Repeat the lines below exactly as written, please, from the line with "Line((9.788025612, -49.485361509), (5.358068299, -45.055404196))" to the line with "# Sketch10 → Cut-Extrude7 (cut)", both lines included, and no others.

#### MATERIAL PROVIDED:
|---|

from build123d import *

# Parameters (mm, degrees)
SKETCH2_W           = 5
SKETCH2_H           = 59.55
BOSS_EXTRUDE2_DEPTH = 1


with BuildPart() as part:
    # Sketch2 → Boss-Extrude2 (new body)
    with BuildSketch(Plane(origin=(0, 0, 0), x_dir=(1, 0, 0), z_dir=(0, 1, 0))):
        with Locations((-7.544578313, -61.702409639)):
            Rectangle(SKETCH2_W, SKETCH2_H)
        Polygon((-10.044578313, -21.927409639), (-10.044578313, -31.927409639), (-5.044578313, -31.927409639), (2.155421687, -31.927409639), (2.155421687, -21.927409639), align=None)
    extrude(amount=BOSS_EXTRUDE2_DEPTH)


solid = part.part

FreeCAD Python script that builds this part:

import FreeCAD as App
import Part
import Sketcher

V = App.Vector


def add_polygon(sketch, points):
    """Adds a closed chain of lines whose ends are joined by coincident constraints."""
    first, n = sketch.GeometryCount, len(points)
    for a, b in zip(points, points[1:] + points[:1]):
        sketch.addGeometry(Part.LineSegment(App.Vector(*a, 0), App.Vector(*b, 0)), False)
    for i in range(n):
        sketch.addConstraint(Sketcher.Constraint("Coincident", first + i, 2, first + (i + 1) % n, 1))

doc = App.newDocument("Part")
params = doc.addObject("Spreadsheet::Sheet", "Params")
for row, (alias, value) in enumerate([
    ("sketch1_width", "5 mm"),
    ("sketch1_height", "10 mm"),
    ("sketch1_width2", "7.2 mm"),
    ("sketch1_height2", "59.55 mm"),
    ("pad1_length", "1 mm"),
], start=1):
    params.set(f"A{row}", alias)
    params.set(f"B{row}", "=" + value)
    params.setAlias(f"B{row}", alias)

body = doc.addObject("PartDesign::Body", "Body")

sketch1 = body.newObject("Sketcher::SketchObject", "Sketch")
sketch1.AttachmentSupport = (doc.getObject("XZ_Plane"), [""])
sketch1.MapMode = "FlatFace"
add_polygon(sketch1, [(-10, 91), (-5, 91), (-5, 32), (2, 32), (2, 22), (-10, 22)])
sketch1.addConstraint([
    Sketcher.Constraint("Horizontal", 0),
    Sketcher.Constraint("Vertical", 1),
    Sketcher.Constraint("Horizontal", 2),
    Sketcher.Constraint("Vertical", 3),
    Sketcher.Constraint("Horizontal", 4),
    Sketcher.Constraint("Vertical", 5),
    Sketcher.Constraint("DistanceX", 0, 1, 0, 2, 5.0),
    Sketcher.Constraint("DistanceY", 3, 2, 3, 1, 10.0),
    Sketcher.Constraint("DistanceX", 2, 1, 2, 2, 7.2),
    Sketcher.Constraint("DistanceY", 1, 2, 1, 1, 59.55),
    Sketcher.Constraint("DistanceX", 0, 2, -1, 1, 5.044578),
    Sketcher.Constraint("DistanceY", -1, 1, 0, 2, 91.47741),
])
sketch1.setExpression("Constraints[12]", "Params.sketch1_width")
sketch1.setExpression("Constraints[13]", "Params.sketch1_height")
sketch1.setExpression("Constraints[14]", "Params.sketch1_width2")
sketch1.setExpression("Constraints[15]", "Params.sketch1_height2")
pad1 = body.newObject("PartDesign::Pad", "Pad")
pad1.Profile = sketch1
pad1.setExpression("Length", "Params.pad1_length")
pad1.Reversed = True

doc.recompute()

|---|

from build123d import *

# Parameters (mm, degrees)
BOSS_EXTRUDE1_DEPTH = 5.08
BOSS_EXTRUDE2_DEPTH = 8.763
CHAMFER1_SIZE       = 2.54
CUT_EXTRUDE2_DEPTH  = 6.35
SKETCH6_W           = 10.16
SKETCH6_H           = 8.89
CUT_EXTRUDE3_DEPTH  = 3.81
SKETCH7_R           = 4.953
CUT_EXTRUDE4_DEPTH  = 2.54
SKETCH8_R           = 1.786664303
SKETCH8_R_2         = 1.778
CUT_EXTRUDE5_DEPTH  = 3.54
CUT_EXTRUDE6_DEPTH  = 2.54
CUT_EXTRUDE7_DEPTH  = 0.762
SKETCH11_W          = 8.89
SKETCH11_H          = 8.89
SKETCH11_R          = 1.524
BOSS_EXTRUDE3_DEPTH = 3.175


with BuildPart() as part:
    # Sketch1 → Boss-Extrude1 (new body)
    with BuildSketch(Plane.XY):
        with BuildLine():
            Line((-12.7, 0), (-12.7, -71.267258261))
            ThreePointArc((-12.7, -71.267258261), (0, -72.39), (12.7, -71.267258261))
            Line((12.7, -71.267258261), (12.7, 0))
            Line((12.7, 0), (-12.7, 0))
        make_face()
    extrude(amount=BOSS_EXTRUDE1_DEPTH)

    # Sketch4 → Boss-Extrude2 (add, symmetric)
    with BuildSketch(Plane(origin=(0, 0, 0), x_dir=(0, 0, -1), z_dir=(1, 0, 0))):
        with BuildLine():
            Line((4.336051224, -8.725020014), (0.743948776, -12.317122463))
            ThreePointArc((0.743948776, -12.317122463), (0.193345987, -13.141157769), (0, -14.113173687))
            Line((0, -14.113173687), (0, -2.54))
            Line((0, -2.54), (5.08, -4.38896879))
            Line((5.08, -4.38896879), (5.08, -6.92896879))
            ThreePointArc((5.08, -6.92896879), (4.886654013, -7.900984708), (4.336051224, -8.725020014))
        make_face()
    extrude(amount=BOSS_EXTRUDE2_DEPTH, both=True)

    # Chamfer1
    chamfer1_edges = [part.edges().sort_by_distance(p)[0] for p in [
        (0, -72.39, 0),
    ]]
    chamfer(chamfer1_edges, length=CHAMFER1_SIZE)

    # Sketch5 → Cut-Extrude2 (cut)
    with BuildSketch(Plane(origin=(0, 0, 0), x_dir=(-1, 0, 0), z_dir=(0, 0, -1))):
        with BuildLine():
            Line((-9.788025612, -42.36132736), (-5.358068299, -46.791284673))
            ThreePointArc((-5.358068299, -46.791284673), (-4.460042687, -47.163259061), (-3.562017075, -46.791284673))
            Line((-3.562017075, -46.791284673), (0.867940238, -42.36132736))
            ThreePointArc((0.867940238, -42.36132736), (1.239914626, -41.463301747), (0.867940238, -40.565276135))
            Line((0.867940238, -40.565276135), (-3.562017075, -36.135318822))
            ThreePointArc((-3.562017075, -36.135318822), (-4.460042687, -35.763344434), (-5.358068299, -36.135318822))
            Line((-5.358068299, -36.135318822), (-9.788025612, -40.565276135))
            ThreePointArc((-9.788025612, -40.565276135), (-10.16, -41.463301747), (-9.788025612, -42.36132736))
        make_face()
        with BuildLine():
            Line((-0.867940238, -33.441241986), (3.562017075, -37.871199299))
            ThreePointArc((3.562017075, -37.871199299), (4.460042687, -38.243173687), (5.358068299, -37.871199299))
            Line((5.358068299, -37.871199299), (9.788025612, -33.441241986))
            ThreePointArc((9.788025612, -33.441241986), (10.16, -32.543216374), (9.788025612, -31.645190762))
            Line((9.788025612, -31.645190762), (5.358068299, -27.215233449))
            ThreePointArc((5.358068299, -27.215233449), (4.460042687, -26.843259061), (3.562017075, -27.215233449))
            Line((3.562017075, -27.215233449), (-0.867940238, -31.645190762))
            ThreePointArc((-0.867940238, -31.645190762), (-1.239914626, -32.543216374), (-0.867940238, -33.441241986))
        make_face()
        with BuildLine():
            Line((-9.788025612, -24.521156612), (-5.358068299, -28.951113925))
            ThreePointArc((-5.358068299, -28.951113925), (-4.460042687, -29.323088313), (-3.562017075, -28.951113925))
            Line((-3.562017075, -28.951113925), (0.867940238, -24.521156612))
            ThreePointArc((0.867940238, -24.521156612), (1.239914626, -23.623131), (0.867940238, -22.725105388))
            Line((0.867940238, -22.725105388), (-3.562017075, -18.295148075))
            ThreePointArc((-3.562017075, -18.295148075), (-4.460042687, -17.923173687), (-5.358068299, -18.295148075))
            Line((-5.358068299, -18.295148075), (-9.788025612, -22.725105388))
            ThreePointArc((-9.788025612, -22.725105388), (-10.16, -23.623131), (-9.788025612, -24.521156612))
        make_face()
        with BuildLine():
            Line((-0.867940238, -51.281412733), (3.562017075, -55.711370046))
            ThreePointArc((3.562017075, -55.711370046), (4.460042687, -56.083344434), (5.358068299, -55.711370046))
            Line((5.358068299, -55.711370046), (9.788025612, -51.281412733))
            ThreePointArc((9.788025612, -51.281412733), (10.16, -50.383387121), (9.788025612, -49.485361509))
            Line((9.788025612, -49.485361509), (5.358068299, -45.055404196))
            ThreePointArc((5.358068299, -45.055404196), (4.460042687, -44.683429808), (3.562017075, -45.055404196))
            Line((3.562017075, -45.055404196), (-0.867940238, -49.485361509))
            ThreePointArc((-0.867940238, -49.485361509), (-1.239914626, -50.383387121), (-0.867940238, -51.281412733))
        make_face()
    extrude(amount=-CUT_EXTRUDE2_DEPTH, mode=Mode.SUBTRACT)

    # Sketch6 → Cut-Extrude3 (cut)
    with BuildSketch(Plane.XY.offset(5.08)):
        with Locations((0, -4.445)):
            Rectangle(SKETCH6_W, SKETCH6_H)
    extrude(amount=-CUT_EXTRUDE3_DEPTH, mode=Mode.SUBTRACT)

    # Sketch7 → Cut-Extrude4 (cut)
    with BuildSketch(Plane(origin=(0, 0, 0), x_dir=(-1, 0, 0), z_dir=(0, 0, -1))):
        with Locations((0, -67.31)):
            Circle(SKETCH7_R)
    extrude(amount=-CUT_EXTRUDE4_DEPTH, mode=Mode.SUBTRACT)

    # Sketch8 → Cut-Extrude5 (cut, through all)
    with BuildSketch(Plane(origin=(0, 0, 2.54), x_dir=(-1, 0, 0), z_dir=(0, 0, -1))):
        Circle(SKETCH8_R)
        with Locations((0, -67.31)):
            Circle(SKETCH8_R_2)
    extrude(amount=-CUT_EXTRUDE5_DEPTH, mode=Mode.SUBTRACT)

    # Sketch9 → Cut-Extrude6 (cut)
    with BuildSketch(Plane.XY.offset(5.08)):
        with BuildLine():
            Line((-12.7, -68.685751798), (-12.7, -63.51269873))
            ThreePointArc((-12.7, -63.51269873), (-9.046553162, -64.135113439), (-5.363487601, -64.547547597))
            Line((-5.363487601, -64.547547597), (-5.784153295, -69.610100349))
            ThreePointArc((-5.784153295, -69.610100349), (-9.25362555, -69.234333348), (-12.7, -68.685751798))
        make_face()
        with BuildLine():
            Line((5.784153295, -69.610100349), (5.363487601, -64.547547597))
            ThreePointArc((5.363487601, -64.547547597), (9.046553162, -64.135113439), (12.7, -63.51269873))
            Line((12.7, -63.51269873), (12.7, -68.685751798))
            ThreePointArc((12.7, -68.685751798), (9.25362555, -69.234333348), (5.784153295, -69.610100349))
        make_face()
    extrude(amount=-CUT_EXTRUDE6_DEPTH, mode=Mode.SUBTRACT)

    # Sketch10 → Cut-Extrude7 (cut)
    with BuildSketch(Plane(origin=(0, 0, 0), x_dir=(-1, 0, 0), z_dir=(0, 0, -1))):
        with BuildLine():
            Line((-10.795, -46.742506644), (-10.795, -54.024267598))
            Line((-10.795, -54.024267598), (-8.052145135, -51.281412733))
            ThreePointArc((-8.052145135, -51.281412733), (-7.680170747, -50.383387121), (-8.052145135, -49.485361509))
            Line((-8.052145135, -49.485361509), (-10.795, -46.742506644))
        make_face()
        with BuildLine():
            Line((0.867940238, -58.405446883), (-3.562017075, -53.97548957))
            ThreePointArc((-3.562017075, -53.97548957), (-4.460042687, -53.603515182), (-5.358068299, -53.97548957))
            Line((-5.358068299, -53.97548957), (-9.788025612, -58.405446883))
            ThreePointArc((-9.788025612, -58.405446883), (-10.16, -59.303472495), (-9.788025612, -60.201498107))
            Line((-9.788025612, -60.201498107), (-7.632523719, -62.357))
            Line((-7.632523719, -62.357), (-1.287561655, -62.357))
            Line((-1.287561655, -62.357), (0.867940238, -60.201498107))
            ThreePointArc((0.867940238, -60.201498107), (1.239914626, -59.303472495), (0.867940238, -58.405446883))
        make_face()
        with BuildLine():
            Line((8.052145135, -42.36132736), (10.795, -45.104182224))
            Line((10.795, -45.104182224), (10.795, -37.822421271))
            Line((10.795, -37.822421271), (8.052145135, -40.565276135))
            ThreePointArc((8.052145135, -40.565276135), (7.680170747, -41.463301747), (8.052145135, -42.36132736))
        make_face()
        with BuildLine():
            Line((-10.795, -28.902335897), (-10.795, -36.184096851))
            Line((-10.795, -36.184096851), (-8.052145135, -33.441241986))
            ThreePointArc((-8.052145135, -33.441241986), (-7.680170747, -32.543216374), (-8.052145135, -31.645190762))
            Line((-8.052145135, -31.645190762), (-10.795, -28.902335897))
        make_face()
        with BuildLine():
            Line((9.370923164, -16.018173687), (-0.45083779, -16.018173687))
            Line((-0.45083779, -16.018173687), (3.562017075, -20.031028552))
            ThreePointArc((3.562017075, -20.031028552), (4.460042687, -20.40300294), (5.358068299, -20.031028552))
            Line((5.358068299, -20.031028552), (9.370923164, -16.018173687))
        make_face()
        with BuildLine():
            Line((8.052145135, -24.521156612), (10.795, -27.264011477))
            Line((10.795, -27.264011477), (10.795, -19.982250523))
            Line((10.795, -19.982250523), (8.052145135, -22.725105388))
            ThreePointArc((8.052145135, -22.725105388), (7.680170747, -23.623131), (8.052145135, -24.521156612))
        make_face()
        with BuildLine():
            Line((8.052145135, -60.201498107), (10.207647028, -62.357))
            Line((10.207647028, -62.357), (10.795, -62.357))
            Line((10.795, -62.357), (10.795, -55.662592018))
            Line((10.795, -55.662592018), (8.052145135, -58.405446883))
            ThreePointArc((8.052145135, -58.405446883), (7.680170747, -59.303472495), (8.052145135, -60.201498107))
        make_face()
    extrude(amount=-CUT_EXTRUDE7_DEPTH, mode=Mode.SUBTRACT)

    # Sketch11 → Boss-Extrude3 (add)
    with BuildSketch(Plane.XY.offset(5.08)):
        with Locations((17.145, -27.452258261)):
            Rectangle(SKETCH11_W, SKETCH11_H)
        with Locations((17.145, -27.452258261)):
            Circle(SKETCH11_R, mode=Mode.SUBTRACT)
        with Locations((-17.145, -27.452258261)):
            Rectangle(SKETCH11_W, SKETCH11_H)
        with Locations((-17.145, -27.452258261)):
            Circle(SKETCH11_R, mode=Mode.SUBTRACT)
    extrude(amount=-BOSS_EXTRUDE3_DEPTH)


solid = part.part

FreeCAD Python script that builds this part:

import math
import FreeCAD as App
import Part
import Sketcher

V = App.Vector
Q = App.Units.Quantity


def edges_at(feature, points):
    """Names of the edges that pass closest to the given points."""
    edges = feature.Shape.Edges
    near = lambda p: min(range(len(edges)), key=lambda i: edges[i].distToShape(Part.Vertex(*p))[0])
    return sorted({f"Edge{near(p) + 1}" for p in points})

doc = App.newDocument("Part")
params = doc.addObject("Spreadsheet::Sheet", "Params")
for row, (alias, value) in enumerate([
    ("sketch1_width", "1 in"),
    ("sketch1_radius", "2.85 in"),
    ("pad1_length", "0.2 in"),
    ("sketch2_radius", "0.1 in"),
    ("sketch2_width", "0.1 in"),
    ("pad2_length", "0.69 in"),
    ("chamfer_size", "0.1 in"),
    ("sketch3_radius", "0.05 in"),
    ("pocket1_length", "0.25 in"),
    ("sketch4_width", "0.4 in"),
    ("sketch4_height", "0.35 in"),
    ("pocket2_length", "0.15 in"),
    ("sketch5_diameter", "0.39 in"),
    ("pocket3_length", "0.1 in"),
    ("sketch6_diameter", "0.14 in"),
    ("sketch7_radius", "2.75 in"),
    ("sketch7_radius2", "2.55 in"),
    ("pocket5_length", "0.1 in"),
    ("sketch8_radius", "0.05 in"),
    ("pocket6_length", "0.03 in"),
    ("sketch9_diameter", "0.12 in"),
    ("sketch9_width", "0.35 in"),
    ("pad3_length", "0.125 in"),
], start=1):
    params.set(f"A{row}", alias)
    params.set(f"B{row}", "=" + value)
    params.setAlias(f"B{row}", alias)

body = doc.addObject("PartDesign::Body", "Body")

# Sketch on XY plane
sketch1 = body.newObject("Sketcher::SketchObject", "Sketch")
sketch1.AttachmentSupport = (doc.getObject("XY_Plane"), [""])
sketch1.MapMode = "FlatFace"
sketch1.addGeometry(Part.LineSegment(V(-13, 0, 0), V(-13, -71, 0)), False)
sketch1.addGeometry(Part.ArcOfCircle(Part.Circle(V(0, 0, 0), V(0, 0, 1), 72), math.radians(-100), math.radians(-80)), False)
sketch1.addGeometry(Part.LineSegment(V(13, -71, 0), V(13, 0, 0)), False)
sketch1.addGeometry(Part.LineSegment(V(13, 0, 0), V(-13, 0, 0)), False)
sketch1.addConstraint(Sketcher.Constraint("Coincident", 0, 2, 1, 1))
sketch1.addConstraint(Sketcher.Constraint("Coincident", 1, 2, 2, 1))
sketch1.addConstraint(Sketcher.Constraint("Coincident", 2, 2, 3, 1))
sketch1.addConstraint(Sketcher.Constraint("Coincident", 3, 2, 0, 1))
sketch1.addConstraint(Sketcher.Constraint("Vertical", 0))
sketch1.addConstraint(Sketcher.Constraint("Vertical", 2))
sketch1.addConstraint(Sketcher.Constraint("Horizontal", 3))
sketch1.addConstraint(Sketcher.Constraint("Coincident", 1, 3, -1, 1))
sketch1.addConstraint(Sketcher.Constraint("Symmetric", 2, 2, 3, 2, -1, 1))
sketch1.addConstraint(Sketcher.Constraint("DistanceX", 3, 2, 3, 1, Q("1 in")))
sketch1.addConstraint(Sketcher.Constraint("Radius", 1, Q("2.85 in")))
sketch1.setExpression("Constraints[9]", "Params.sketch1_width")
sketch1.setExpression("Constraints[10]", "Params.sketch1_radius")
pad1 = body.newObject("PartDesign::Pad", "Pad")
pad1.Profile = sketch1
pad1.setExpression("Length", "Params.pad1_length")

|---|

#### SOLUTION:
            Line((9.788025612, -49.485361509), (5.358068299, -45.055404196))
            ThreePointArc((5.358068299, -45.055404196), (4.460042687, -44.683429808), (3.562017075, -45.055404196))
            Line((3.562017075, -45.055404196), (-0.867940238, -49.485361509))
            ThreePointArc((-0.867940238, -49.485361509), (-1.239914626, -50.383387121), (-0.867940238, -51.281412733))
        make_face()
    extrude(amount=-CUT_EXTRUDE2_DEPTH, mode=Mode.SUBTRACT)

    # Sketch6 → Cut-Extrude3 (cut)
    with BuildSketch(Plane.XY.offset(5.08)):
        with Locations((0, -4.445)):
            Rectangle(SKETCH6_W, SKETCH6_H)
    extrude(amount=-CUT_EXTRUDE3_DEPTH, mode=Mode.SUBTRACT)

    # Sketch7 → Cut-Extrude4 (cut)
    with BuildSketch(Plane(origin=(0, 0, 0), x_dir=(-1, 0, 0), z_dir=(0, 0, -1))):
        with Locations((0, -67.31)):
            Circle(SKETCH7_R)
    extrude(amount=-CUT_EXTRUDE4_DEPTH, mode=Mode.SUBTRACT)

    # Sketch8 → Cut-Extrude5 (cut, through all)
    with BuildSketch(Plane(origin=(0, 0, 2.54), x_dir=(-1, 0, 0), z_dir=(0, 0, -1))):
        Circle(SKETCH8_R)
        with Locations((0, -67.31)):
            Circle(SKETCH8_R_2)
    extrude(amount=-CUT_EXTRUDE5_DEPTH, mode=Mode.SUBTRACT)

    # Sketch9 → Cut-Extrude6 (cut)
    with BuildSketch(Plane.XY.offset(5.08)):
        with BuildLine():
            Line((-12.7, -68.685751798), (-12.7, -63.51269873))
            ThreePointArc((-12.7, -63.51269873), (-9.046553162, -64.135113439), (-5.363487601, -64.547547597))
            Line((-5.363487601, -64.547547597), (-5.784153295, -69.610100349))
            ThreePointArc((-5.784153295, -69.610100349), (-9.25362555, -69.234333348), (-12.7, -68.685751798))
        make_face()
        with BuildLine():
            Line((5.784153295, -69.610100349), (5.363487601, -64.547547597))
            ThreePointArc((5.363487601, -64.547547597), (9.046553162, -64.135113439), (12.7, -63.51269873))
            Line((12.7, -63.51269873), (12.7, -68.685751798))
            ThreePointArc((12.7, -68.685751798), (9.25362555, -69.234333348), (5.784153295, -69.610100349))
        make_face()
    extrude(amount=-CUT_EXTRUDE6_DEPTH, mode=Mode.SUBTRACT)

    # Sketch10 → Cut-Extrude7 (cut)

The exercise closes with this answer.